Zach Dallas: Tch, how embarassing
GM: Weematai walks over and picks up her knife.
Zach Dallas pockets his gun
Uriel Iscariot: Too...tired.....to....do...anything...
Zach Dallas: I'm going to need some water
Weematai sighs.
Uriel Iscariot: Faith {+2 Conviction} +2 (Slight Exhaustion -1, Slight Exhaustion -1, Novice Power Penalty -2) [1d10-2 = 16]
Weematai casts Succor on Zach Dallas.
Weematai: Tribal Medicine [Trait roll was a natural 1] [1d6 = 3]
Weematai is using a benny
Weematai: Tribal Medicine [1d12 = 9]
Zach Dallas: Thanks for the assistance
Uriel Iscariot: Kn Bible (Slight Exhaustion -1, Slight Exhaustion -1) [1d6-2 = 9]
Uriel Iscariot: Then the angel showed me the river of the water of life, as clear as crystal
Weematai goes back to sleep.
The rest of the night passes uneventfully.
Stinky Pete: mmmm sleeeeeeeeeeppppppppppp
Uriel Iscariot: Ugh.......freaking rabbits...
The next morning everyone packs up and heads out again.
Uriel Iscariot: So, Demon boy, would you please explain your making out with two demon rabbits?
Weematai: I think it will take about another ten days at this pace if we continue to walk overland.
Weematai: Given that, can we walk and talk while you (points at Uriel) discuss theology with him (points at Zach.)
Weematai heads north.
Zach Dallas follows after without responding to Uriel
Uriel Iscariot follows Weematai
Stinky Pete follows
Uriel Iscariot: HEY! Im talking to you!
Uriel Iscariot: Taunt [1d6 = 9]
Uriel Iscariot: I thought you were into witches, not furries?
Zach Dallas slides up by Uriel while they walk
Zach Dallas puts his hand on his shoulder
Zach Dallas: Spellcasting [1d6 = 10]
Weematai: Just keep heading north along this path, I am going hunting and will catch up with you later.

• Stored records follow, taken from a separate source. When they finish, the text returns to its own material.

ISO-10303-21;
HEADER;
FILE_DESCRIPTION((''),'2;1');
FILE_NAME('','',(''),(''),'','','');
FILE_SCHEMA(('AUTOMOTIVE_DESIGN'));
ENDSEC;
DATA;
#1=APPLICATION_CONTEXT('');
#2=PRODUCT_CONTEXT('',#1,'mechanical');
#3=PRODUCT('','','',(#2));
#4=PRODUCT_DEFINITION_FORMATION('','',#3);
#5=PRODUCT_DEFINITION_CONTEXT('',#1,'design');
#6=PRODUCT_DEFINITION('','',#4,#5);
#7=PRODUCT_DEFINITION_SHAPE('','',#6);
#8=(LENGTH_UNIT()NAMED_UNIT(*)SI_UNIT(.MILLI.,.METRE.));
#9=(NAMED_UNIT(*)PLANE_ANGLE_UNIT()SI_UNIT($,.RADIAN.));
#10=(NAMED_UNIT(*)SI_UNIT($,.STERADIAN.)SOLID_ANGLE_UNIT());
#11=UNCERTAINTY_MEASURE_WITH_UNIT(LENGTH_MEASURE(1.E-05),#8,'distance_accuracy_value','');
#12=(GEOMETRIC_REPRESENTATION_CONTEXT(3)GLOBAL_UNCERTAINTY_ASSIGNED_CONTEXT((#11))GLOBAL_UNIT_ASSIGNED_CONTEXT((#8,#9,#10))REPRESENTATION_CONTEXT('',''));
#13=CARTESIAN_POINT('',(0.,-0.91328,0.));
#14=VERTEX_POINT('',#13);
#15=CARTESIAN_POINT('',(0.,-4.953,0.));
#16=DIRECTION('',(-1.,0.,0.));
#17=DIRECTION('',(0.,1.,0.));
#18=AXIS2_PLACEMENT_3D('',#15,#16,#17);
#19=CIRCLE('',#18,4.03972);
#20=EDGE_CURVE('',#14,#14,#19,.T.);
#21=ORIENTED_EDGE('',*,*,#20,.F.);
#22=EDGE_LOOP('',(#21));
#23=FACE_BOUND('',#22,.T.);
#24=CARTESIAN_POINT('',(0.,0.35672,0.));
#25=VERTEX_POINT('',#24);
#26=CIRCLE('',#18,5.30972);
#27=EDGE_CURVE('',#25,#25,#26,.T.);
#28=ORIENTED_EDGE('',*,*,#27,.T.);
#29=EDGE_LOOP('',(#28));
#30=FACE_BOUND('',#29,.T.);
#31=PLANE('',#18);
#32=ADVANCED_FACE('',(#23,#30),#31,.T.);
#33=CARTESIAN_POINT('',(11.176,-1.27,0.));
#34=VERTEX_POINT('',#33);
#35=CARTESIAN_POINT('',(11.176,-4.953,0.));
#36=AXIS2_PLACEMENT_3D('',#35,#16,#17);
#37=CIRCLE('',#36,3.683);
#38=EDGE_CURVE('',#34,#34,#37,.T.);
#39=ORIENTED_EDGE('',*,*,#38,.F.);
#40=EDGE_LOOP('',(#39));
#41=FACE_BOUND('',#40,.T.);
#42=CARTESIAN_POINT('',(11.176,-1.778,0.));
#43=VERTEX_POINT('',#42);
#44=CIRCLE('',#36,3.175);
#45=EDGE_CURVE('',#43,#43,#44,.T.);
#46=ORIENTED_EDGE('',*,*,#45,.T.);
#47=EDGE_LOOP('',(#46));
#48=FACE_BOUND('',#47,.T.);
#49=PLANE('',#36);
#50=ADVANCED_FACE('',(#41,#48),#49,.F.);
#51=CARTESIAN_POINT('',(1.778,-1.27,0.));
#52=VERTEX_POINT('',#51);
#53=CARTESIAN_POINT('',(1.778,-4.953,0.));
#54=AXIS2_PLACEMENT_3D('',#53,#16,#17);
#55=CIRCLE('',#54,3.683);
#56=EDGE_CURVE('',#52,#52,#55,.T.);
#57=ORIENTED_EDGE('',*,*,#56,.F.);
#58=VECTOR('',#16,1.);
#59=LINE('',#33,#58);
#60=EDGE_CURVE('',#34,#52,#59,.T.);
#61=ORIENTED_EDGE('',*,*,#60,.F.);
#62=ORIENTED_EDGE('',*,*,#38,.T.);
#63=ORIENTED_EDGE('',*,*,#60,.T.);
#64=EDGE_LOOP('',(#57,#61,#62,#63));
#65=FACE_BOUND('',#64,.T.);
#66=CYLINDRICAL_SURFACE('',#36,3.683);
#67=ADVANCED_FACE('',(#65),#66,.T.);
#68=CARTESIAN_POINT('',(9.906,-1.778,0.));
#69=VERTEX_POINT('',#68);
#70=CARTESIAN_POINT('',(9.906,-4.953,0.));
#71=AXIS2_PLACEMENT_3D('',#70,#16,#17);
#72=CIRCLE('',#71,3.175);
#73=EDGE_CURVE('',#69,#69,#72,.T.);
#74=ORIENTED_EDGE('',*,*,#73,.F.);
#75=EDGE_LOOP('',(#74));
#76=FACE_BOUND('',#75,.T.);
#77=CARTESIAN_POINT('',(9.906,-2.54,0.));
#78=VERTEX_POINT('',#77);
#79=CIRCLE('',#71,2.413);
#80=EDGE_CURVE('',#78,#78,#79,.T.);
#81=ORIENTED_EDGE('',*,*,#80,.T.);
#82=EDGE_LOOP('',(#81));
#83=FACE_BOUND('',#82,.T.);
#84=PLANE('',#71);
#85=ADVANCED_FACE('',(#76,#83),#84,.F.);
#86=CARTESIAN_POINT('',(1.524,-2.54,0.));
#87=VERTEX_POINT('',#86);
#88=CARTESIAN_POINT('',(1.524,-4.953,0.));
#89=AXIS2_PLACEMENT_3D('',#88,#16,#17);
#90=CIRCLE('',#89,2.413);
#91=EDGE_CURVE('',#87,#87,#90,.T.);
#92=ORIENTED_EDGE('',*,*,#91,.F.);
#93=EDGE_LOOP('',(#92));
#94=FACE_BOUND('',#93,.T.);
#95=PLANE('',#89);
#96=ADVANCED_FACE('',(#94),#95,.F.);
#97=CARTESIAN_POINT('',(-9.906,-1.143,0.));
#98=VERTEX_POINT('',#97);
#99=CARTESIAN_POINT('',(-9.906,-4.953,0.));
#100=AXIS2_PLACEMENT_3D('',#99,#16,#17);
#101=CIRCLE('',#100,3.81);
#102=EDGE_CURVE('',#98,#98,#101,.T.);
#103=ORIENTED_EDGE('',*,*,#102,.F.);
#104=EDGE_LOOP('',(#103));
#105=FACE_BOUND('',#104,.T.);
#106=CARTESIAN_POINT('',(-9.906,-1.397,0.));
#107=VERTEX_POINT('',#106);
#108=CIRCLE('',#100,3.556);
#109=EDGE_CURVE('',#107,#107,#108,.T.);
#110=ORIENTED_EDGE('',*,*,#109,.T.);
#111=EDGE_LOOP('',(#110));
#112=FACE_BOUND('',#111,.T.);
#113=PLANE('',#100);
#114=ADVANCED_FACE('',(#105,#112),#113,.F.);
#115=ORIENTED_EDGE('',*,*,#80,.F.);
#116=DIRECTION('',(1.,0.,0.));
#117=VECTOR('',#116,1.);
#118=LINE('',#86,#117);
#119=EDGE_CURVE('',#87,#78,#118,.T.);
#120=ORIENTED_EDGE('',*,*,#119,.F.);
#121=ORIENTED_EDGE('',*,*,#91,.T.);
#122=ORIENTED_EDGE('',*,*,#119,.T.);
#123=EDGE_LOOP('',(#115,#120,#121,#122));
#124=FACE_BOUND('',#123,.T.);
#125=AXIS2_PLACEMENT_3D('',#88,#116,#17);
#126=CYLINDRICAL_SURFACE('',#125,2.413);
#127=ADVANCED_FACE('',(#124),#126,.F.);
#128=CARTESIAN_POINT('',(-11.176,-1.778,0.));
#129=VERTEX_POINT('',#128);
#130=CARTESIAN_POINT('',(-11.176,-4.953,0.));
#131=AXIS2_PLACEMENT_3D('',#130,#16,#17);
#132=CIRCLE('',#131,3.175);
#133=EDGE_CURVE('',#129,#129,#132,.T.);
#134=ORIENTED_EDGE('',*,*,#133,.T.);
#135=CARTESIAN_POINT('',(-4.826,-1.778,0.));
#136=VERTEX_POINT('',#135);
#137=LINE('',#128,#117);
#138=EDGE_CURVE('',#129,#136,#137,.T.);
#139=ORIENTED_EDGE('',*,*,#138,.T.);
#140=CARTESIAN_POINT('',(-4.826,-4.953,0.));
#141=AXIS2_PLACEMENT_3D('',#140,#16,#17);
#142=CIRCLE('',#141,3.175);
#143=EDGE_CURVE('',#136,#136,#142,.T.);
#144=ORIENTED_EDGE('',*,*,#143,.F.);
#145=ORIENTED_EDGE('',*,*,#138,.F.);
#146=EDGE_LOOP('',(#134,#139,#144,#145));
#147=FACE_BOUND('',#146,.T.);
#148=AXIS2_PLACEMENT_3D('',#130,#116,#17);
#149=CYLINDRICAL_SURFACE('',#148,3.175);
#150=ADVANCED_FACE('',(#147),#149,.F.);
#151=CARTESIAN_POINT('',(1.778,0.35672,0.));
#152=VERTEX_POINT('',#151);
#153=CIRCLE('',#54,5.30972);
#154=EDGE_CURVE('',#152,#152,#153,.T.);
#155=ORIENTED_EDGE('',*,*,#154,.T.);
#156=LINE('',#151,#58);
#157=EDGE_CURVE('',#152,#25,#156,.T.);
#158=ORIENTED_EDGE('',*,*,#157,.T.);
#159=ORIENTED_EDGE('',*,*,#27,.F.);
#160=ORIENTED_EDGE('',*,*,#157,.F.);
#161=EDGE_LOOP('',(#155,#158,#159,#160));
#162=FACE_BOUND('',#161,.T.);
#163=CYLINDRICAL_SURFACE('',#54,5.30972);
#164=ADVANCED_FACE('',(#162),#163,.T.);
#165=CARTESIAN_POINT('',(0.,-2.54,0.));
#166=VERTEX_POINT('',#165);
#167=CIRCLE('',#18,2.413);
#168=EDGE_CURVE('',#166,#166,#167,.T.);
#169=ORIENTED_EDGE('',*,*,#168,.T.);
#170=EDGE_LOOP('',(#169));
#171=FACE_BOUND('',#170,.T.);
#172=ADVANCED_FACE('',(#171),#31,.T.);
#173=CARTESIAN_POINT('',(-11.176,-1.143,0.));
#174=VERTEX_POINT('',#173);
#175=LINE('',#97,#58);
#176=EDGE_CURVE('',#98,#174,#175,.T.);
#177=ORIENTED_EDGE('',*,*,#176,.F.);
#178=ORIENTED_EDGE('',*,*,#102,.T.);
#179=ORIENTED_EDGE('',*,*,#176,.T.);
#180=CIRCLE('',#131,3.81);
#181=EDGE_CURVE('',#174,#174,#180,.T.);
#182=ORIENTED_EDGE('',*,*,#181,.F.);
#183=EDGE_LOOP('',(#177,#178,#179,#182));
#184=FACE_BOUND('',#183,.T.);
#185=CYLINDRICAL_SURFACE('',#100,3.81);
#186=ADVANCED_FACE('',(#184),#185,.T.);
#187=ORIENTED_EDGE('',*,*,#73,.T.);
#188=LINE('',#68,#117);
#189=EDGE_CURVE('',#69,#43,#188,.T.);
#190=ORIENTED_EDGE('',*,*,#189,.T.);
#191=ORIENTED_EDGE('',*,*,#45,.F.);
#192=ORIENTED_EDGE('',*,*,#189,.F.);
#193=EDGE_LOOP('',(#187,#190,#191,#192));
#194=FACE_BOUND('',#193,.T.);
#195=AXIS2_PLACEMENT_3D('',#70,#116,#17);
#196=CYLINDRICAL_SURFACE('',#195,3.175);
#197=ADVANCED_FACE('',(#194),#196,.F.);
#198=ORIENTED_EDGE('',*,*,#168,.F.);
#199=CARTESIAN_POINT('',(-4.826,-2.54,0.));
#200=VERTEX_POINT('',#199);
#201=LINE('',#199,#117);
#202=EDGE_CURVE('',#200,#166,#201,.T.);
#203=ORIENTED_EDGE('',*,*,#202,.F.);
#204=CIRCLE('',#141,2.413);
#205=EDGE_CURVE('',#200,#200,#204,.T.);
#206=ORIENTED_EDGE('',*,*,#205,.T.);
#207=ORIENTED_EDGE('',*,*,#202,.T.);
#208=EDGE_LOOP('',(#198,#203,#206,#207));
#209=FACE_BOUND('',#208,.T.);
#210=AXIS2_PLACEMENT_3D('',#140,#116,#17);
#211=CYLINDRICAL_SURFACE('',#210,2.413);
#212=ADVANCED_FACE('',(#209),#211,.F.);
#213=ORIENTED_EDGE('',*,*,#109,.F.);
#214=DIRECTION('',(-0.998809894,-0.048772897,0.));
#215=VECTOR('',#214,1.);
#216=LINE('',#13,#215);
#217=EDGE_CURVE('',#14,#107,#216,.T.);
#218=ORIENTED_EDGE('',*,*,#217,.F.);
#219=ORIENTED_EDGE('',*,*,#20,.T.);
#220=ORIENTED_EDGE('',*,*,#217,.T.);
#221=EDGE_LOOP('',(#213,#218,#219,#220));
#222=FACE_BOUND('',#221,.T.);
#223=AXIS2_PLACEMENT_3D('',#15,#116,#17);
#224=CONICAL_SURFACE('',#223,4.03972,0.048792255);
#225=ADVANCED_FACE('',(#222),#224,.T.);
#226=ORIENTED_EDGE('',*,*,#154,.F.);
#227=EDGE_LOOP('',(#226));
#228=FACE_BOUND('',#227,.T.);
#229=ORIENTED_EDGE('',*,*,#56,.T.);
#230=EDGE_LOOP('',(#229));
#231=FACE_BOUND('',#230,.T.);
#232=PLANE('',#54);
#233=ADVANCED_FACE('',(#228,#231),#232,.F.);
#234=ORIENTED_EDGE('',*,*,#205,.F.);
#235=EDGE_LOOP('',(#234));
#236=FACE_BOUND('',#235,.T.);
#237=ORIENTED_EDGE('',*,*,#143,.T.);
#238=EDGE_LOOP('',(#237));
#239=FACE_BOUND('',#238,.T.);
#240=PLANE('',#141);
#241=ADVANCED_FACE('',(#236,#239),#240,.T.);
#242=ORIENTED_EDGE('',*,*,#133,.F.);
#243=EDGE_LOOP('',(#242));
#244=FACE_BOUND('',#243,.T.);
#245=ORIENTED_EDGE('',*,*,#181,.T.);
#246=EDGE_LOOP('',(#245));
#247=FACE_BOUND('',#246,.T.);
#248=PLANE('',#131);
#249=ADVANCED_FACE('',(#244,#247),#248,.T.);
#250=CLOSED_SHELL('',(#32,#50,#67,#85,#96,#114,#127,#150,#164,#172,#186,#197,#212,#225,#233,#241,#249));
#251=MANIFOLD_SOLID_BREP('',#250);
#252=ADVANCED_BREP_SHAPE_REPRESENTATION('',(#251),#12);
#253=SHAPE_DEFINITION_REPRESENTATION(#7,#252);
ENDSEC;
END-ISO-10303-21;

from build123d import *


with BuildPart() as f1:
    # F0 (on Top) → F1 (revolve)
    with BuildSketch(Plane.XY):
        Polygon((11.176, -1.27), (1.778, -1.27), (1.778, 0), (1.778, 0.35672), (0, 0.35672), (0, -0.91328), (-9.906, -1.397), (-9.906, -1.143), (-11.176, -1.143), (-11.176, -1.778), (-4.826, -1.778), (-4.826, -2.54), (0, -2.54), (0, -4.953), (1.524, -4.953), (1.524, -2.54), (9.906, -2.54), (9.906, -1.778), (11.176, -1.778), align=None)
    revolve(axis=Axis((0.762, -4.953, 0), (-1, 0, 0)))


solid = f1.part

Weematai heads off into the hills while stringing her bow.
Weematai: Survival {+2 Wilderness,+2 Woodsman} [1d6+4 = 9]
Uriel Iscariot: Eh?
Zach Dallas: I'm not much into demons nor witches
Prospector: D4 [1d4 = 1]
Stinky Pete keeps heading North, whether the others notice or not
Stinky Pete: Notice {+2 Alertness(S)} [1d6+2 = 5]
Uriel Iscariot: Oh great now we are split....thanks Zach
Kazemi (Zach Dallas): I'm still walking North
Kazemi (Zach Dallas): I'm making a point of not slowing down for this
Uriel Iscariot going north
Zach Dallas continues North
The group spots a guy with a wagon and a mule heading toward you from the north. He appears to be a prospector of some type.
As the group gets closer, he seems to get a bit nervous, gets out his rifle and cocks it.
Zach Dallas holds his hands up in the air
[w] Stinky Pete: Do I recognize him?
Prospector Bob: Hey now, who are you?
[w] -> Stinky Pete: Nope.
Zach Dallas: Just travellers, good sir
Prospector Bob: Don't be gettin' no closer to me.
Nick (Stinky Pete): Bob the builder?
TADM: That's his brother.
Uriel Iscariot: Notice [1d6 = 5]
Nick (Stinky Pete): Guess we shouldn't invite him to bob for apples later. Or bob and weave
Zach Dallas: Notice [1d6 = 9]
Tack (Uriel Iscariot): Wagon, and any contents therirn
Kazemi (Zach Dallas): anything odd
Prospector Bob: You can just travel around me there, keepin' your hands where I can see 'em.
Zach Dallas cocks his head
Zach Dallas: Where are you headed to, anyways?
It looks like he has some mining supplies, dynamite, a few burlap sacks, and other things which would indicate someone who goes looking for precious metals.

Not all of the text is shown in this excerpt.